- **TASK INSTRUCTIONS**: From the records below, copy out exactly the lines from the one containing "#210=CARTESIAN_POINT('',(-15.201634,0.,49.000662));" to the one containing "#217=EDGE_LOOP('',(#216));", both included. Add nothing else.

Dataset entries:
----------------------------------------

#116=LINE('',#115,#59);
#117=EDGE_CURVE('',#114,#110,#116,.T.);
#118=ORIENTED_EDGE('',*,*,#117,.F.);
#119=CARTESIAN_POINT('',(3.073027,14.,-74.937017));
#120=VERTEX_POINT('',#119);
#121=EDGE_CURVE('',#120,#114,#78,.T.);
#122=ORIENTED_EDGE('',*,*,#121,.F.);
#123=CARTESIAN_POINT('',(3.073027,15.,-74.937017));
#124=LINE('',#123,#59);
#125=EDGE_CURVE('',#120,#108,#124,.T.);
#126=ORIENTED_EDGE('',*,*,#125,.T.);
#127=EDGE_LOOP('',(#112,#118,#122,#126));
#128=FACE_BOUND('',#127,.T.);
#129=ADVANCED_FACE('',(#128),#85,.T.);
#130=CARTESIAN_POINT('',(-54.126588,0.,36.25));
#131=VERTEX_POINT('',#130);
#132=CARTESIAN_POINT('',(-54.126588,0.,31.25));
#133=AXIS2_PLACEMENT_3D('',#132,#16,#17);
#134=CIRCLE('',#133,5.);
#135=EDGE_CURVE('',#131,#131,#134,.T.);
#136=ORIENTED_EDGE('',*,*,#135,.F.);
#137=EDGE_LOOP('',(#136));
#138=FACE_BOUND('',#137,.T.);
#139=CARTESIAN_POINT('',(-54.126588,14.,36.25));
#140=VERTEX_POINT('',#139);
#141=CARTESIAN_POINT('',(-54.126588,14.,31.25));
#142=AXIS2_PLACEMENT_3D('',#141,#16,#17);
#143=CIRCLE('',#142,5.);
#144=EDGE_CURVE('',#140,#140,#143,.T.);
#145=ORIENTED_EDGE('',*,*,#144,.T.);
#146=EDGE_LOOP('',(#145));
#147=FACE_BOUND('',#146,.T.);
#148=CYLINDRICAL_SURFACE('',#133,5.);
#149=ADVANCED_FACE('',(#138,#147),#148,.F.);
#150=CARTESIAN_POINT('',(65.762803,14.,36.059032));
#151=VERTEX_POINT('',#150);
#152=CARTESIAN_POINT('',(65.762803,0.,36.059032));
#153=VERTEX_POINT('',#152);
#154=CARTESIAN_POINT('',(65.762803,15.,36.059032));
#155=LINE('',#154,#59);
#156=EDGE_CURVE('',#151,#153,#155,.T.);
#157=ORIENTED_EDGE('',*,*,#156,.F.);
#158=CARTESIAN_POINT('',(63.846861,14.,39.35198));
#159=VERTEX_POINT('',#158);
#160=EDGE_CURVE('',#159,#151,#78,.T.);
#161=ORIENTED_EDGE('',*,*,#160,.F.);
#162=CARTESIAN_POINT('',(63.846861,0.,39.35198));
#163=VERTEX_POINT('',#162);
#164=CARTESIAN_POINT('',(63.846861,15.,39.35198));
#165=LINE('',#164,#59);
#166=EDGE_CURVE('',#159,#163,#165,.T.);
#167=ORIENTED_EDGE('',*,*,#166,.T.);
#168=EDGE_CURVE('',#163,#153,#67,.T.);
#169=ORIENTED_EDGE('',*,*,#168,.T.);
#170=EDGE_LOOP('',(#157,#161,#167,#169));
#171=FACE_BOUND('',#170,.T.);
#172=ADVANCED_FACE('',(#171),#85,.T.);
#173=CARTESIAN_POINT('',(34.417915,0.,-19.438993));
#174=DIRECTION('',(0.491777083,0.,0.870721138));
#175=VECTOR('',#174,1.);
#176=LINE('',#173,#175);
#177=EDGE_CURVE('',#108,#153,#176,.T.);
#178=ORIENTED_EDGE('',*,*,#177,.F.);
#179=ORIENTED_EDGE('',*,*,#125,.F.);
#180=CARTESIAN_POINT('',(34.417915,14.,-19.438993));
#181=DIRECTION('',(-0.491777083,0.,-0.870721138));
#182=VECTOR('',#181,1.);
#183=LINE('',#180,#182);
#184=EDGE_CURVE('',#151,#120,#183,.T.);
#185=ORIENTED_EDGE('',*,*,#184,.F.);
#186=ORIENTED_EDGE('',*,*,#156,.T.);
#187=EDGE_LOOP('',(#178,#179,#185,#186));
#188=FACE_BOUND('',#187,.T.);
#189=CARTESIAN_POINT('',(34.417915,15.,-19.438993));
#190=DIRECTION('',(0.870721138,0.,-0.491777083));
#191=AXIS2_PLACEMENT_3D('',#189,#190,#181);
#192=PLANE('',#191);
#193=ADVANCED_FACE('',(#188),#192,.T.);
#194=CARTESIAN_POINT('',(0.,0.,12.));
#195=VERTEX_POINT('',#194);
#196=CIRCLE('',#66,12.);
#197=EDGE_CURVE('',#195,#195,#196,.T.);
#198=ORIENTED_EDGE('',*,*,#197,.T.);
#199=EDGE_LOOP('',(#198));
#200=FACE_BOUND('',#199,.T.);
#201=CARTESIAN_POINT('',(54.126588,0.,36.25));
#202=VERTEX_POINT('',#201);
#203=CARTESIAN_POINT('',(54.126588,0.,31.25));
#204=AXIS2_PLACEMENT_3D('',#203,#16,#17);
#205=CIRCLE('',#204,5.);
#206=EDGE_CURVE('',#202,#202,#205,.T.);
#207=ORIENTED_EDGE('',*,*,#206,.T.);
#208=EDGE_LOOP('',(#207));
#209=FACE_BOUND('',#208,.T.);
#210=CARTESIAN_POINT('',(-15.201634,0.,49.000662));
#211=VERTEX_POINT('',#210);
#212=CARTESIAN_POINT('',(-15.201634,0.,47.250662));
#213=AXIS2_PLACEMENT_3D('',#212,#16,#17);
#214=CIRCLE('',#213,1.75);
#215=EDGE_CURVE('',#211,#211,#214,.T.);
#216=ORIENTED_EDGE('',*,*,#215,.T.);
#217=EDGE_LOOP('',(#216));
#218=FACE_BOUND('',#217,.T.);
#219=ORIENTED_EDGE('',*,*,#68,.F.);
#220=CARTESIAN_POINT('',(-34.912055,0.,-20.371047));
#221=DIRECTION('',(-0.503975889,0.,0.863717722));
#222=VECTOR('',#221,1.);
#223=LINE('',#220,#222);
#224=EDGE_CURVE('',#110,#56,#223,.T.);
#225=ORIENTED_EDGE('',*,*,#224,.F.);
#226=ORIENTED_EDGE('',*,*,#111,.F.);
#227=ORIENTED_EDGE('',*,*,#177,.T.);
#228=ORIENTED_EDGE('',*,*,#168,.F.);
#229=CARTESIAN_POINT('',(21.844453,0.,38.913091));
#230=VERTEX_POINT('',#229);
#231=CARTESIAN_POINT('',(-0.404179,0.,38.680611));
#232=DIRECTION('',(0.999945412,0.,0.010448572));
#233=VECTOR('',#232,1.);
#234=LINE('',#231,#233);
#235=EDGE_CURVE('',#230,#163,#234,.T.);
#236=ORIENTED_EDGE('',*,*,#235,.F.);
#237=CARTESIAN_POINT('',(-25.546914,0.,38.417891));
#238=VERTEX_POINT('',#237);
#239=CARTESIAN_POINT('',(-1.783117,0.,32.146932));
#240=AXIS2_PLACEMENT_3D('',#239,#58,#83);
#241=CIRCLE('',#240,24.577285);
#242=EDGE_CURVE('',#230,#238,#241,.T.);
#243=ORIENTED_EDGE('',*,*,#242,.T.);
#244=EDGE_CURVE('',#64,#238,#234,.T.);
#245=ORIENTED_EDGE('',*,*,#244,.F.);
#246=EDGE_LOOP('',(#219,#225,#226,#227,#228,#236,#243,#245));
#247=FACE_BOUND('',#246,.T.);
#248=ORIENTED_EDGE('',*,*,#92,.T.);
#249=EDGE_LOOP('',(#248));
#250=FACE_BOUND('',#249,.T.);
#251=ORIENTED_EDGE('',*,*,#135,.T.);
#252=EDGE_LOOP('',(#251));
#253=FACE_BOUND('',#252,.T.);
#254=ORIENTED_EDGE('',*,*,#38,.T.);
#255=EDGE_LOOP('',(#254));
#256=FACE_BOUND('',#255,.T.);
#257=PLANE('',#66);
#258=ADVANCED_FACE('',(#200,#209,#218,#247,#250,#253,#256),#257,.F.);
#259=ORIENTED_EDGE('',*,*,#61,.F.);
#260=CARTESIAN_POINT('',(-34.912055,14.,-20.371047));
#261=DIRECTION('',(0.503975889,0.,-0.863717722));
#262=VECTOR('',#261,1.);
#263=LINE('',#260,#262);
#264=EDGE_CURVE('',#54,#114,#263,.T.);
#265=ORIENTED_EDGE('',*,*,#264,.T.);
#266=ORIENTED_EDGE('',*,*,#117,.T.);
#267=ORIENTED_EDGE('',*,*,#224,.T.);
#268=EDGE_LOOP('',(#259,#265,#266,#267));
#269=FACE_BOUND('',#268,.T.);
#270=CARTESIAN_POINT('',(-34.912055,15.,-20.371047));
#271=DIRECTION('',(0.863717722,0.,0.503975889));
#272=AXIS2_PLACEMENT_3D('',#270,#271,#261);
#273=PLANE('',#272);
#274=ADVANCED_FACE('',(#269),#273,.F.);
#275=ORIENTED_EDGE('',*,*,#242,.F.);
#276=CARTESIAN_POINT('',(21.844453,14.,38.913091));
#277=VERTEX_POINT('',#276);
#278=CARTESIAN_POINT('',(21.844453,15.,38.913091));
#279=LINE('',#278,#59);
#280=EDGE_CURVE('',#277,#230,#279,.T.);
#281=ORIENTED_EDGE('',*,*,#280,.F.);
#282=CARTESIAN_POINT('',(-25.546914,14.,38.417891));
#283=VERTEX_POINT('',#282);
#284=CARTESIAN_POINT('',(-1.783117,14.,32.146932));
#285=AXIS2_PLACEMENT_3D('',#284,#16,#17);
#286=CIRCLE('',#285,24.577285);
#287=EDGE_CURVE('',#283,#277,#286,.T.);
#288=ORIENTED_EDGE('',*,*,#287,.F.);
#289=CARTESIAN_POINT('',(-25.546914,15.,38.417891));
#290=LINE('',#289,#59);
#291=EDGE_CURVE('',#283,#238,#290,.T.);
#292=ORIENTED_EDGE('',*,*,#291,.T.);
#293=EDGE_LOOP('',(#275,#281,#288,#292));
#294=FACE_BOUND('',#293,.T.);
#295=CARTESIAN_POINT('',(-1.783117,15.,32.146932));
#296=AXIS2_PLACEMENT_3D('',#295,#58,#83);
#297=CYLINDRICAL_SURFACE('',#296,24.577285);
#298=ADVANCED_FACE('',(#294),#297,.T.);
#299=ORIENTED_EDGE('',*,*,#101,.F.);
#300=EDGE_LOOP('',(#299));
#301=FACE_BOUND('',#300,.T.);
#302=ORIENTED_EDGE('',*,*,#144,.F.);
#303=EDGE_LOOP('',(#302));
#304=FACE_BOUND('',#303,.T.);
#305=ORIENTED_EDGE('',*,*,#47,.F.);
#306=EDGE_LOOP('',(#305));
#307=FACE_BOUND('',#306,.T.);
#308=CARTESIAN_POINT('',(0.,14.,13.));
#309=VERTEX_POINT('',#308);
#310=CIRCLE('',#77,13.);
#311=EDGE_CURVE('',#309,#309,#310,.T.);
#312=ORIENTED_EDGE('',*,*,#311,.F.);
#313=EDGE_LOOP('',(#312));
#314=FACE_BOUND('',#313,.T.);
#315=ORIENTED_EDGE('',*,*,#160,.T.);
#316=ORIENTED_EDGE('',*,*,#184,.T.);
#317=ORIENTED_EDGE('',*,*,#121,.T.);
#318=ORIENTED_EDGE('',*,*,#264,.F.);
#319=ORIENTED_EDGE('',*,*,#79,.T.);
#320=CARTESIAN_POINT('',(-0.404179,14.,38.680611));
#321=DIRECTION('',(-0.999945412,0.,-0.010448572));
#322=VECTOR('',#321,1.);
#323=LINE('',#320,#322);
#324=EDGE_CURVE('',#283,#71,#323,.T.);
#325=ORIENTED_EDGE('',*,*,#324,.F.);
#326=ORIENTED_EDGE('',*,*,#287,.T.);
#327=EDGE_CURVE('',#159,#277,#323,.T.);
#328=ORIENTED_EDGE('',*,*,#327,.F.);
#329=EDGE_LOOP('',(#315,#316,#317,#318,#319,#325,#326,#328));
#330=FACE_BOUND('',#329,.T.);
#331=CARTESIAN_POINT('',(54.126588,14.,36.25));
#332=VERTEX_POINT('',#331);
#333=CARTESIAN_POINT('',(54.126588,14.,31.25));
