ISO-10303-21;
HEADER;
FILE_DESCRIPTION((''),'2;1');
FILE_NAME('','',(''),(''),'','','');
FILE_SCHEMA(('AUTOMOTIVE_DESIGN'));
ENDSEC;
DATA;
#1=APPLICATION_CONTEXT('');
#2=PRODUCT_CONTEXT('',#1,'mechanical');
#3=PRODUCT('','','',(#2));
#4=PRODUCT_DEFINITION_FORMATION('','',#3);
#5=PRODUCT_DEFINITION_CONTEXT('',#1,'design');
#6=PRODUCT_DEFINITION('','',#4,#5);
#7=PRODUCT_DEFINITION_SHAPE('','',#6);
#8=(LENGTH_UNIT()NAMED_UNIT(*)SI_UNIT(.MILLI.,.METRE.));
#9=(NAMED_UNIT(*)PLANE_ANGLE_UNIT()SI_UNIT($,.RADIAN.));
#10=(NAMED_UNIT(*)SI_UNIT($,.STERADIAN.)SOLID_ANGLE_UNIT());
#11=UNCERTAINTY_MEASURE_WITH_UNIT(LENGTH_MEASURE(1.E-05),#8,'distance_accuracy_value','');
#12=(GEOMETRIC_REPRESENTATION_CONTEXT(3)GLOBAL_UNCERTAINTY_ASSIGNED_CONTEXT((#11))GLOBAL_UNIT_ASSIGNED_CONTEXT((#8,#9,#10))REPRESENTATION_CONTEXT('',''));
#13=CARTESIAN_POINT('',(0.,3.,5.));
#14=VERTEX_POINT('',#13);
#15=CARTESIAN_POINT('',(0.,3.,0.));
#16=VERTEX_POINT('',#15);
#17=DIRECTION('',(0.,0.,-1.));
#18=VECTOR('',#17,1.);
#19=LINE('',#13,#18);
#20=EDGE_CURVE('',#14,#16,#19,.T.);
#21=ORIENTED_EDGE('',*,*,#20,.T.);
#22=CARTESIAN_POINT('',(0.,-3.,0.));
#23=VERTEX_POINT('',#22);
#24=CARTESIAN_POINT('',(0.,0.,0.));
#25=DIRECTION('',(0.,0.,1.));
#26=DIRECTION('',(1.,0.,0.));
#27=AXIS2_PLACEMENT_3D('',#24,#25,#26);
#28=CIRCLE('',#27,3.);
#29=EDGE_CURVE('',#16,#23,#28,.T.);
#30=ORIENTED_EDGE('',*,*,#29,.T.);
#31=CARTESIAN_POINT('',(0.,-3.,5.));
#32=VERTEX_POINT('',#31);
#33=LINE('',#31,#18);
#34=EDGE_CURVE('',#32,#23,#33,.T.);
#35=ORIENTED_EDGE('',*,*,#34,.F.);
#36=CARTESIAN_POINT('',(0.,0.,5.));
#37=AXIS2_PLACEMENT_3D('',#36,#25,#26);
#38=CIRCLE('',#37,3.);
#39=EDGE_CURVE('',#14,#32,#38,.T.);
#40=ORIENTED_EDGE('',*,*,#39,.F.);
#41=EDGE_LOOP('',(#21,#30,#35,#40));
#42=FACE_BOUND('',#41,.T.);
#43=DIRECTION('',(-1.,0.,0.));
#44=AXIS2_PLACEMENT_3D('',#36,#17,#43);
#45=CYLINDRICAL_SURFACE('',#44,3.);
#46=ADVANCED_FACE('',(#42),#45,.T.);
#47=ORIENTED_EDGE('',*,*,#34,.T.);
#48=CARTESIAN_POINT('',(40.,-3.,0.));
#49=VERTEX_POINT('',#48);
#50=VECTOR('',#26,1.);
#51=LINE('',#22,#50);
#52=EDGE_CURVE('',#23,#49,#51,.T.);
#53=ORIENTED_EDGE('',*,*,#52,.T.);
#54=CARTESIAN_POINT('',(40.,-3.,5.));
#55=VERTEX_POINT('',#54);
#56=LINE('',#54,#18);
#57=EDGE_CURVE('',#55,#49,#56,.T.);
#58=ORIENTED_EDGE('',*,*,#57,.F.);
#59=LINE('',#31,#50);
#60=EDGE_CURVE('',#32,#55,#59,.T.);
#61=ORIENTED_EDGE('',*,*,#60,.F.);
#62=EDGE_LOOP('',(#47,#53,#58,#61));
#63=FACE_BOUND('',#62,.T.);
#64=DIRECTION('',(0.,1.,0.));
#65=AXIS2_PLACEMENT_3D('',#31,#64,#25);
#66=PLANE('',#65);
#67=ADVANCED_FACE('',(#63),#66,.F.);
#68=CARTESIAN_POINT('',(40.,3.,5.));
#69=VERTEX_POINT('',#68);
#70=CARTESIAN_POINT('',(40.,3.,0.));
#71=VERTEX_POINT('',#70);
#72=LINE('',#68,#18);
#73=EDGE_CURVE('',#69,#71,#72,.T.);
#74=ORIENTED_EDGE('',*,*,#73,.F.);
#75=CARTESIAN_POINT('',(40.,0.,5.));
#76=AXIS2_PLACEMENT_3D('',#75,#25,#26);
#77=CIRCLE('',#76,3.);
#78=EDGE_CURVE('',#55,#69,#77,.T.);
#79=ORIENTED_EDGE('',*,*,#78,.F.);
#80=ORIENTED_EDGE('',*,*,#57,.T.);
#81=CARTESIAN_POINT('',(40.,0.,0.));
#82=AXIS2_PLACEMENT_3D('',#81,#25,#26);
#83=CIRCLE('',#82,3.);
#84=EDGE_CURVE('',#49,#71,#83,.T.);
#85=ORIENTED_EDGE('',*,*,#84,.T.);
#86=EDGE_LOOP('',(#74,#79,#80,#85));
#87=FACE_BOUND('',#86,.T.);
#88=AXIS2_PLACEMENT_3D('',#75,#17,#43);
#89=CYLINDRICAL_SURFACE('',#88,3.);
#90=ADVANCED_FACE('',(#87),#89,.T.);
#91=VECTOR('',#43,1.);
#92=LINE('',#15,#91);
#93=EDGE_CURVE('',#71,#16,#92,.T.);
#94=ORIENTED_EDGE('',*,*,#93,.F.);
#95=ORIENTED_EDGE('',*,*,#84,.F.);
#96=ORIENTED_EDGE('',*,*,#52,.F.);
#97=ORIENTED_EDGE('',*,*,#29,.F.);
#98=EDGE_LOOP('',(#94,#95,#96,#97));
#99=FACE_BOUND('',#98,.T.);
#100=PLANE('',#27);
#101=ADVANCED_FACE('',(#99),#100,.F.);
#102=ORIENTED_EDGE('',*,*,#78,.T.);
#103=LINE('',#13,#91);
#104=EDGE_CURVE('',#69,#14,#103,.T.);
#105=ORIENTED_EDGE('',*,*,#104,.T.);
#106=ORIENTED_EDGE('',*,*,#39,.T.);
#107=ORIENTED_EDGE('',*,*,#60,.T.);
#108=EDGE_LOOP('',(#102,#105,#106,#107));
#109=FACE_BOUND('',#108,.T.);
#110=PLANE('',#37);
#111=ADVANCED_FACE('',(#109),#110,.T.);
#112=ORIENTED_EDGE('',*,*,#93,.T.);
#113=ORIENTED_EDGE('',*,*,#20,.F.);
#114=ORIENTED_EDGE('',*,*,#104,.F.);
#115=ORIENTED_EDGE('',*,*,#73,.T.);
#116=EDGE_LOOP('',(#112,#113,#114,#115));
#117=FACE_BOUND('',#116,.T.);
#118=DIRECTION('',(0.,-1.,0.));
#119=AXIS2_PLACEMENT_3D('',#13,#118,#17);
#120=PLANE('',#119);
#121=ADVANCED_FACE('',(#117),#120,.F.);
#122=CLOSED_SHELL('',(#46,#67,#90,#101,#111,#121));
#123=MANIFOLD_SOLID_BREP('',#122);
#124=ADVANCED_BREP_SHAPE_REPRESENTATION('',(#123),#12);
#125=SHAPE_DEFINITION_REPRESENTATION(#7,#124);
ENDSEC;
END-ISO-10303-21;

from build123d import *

# Parameters (mm, degrees)
BOSS_EXTRUDE1_DEPTH = 5


with BuildPart() as part:
    # Sketch1 → Boss-Extrude1 (new body)
    with BuildSketch(Plane.XY):
        with BuildLine():
            Line((0, 3), (40, 3))
            ThreePointArc((40, 3), (43, 0), (40, -3))
            Line((40, -3), (0, -3))
            ThreePointArc((0, -3), (-3, 0), (0, 3))
        make_face()
    extrude(amount=BOSS_EXTRUDE1_DEPTH)


solid = part.part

----------------------------------------

- **EXERCISE ANSWER**:
#210=CARTESIAN_POINT('',(-15.201634,0.,49.000662));
#211=VERTEX_POINT('',#210);
#212=CARTESIAN_POINT('',(-15.201634,0.,47.250662));
#213=AXIS2_PLACEMENT_3D('',#212,#16,#17);
#214=CIRCLE('',#213,1.75);
#215=EDGE_CURVE('',#211,#211,#214,.T.);
#216=ORIENTED_EDGE('',*,*,#215,.T.);
#217=EDGE_LOOP('',(#216));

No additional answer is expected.